馬借(ばしゃく)とは、馬の背に乗せた荷駄を目的地まで運んで駄賃を稼ぐ運送業者をいう。追剥や野盗の跋扈する時代だから、かれらは常に武器を携帯し、編隊を組んで仕事をする。そのため、馬借人足には荒くれ者が多かった。

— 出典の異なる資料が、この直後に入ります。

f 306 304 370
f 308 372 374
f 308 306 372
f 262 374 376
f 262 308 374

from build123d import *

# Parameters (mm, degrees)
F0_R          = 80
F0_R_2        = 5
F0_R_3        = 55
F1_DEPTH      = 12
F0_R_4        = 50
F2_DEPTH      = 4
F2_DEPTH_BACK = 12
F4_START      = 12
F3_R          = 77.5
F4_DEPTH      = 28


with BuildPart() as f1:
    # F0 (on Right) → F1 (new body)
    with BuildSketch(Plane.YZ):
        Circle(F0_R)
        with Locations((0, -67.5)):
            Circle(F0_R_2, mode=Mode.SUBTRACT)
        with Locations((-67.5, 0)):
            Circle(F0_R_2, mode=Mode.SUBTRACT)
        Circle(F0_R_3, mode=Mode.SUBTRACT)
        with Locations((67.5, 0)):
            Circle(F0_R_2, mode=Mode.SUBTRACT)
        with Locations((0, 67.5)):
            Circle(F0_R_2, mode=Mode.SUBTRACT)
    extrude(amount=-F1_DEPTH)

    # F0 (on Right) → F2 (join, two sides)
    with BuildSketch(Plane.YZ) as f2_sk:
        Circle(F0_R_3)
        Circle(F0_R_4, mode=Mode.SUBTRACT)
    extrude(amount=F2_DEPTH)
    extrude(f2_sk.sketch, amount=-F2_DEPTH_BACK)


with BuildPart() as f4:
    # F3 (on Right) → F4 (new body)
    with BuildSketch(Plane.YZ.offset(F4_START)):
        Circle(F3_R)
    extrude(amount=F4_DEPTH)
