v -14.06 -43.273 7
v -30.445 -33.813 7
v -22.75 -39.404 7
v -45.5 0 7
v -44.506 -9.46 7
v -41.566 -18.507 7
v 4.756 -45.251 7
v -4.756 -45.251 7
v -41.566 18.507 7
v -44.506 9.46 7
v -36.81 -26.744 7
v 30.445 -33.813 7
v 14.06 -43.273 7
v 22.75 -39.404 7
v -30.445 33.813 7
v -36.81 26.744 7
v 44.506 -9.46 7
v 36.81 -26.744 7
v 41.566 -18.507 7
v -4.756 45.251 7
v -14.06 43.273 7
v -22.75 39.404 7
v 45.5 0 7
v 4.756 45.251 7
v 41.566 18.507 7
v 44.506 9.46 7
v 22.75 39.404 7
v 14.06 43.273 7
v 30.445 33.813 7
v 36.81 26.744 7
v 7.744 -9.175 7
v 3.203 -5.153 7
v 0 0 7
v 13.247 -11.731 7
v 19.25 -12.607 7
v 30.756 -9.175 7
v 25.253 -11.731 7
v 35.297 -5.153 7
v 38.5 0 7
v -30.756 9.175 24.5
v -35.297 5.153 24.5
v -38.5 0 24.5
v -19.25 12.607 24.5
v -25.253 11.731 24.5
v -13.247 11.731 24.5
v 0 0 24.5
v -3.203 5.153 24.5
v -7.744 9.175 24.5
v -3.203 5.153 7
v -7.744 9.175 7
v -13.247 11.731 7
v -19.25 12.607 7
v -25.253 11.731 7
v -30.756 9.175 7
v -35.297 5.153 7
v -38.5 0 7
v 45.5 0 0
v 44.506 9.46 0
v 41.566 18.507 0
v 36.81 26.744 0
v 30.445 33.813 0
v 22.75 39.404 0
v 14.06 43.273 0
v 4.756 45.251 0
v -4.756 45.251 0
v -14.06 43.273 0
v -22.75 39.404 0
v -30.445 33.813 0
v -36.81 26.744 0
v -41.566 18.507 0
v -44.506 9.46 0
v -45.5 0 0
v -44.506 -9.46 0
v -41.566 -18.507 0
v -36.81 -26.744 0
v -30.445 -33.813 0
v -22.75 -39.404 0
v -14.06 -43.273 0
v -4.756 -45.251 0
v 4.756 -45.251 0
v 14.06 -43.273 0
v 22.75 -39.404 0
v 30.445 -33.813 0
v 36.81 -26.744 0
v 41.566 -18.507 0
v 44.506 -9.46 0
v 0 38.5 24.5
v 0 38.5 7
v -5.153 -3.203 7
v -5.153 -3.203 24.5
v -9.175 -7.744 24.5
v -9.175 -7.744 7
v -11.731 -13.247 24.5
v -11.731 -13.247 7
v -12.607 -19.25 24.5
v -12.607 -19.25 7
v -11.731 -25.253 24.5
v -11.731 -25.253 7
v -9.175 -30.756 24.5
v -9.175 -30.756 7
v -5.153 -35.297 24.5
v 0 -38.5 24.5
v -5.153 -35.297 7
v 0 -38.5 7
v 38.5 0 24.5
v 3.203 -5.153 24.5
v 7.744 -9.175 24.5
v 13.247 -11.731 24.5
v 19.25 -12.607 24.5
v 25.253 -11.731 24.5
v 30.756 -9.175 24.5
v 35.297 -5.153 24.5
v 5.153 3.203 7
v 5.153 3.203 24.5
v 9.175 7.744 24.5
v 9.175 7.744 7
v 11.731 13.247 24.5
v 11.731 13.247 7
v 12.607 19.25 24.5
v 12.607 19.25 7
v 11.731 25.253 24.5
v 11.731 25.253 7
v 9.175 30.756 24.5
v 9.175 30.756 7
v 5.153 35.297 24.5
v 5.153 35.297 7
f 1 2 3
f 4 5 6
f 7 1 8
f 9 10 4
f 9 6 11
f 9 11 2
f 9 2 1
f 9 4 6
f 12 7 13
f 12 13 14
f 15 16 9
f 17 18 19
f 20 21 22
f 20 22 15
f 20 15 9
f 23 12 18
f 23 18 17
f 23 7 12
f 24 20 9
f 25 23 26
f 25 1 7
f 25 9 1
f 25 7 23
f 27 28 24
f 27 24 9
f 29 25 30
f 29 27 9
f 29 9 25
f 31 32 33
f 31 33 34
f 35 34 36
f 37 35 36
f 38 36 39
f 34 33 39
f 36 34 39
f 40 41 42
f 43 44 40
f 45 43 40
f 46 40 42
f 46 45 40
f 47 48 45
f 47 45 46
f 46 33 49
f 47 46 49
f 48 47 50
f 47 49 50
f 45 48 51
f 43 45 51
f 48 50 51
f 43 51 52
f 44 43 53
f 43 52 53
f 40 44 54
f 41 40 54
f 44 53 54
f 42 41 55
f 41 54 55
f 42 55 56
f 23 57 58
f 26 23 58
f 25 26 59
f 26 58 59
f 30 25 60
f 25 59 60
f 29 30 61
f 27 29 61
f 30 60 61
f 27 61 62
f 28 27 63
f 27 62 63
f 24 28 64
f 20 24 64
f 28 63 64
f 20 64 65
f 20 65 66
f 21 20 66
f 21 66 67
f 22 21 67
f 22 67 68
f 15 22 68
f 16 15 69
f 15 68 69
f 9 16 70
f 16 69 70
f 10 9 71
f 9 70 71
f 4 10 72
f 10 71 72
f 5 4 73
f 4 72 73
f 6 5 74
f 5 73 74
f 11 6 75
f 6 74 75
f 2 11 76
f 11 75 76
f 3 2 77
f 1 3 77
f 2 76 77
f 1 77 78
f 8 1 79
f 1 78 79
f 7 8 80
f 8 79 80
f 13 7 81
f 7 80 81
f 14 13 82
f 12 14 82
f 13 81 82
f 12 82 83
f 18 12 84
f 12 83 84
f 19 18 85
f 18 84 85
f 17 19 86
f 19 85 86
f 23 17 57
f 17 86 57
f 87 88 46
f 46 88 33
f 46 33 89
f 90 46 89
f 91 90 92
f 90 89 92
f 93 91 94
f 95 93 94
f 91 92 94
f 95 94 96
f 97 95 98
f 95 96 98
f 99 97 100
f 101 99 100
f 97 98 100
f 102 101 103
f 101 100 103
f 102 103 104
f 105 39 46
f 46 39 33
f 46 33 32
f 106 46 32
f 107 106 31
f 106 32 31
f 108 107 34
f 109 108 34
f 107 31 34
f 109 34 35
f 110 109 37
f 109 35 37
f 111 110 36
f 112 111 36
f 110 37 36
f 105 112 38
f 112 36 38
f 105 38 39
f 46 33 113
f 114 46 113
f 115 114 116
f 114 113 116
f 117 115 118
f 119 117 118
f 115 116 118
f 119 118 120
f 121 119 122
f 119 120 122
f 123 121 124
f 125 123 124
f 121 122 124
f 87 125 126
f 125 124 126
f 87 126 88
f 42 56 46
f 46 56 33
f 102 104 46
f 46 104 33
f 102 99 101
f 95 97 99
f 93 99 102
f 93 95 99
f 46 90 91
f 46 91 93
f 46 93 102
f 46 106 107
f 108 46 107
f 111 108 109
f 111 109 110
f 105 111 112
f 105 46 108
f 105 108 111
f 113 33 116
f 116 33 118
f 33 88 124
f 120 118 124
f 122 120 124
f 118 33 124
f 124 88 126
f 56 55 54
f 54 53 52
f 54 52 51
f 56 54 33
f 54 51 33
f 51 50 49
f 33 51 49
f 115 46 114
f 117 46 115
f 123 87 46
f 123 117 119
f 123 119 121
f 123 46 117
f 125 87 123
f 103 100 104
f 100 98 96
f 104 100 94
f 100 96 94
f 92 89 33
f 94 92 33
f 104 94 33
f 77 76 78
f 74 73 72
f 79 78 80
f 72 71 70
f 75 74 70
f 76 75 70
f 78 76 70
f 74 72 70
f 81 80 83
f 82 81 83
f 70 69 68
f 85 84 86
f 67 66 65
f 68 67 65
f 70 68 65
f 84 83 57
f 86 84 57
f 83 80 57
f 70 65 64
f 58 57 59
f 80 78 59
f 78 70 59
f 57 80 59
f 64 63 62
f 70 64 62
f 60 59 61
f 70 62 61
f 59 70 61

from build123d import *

# Parameters (mm, degrees)
F0_R     = 65
F1_DEPTH = 10
F3_DEPTH = 25
F4_SCALE = 0.7


with BuildPart() as f1:
    # F0 (on Top) → F1 (new body)
    with BuildSketch(Plane.XY):
        Circle(F0_R)
    extrude(amount=F1_DEPTH)


with BuildPart() as f3:
    # F2 (on face) → F3 (new body)
    with BuildSketch(Plane.XY.offset(10)):
        with BuildLine():
            Line((0, 55), (0, 0))
            ThreePointArc((0, 0), (18.0104211917, 27.5), (0, 55))
        make_face()
    extrude(amount=F3_DEPTH)


with BuildPart() as f3b:
    # F2 (on face) → F3, piece 2 (new body)
    with BuildSketch(Plane.XY.offset(10)):
        with BuildLine():
            Line((55, 0), (0, 0))
            ThreePointArc((0, 0), (27.5, -18.0104211917), (55, 0))
        make_face()
    extrude(amount=F3_DEPTH)


with BuildPart() as f3c:
    # F2 (on face) → F3, piece 3 (new body)
    with BuildSketch(Plane.XY.offset(10)):
        with BuildLine():
            Line((0, -55), (0, 0))
            ThreePointArc((0, 0), (-18.0104211917, -27.5), (0, -55))
        make_face()
    extrude(amount=F3_DEPTH)


with BuildPart() as f3d:
    # F2 (on face) → F3, piece 4 (new body)
    with BuildSketch(Plane.XY.offset(10)):
        with BuildLine():
            Line((-55, 0), (0, 0))
            ThreePointArc((0, 0), (-27.5, 18.0104211917), (-55, 0))
        make_face()
    extrude(amount=F3_DEPTH)


with BuildPart() as f1_1:
    # F4: moved
    add(f1.part.scale(F4_SCALE))


with BuildPart() as f3_1:
    # F4: moved
    add(f3.part.scale(F4_SCALE))


with BuildPart() as f3b_1:
    # F4: moved
    add(f3b.part.scale(F4_SCALE))


with BuildPart() as f3c_1:
    # F4: moved
    add(f3c.part.scale(F4_SCALE))


with BuildPart() as f3d_1:
    # F4: moved
    add(f3d.part.scale(F4_SCALE))


solid = Compound([f1_1.part, f3_1.part, f3b_1.part, f3c_1.part, f3d_1.part])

また、馬借は時には利害の対立する座や土倉(どそう)や酒屋を襲撃したり、あるいは土一揆(つちいっき)の中心となって幕府に強訴するなど、当時、武家の権力を脅かすほどの力を持っていた。土倉も酒屋も高利貸業者のことで、土倉は質物を収納する土塗りの倉庫を持っていた。酒屋は多額の資本をもとに酒造りを兼業していた。

なるほど、勉強になるなあ。

ふたり道三〈上〉 (新潮文庫)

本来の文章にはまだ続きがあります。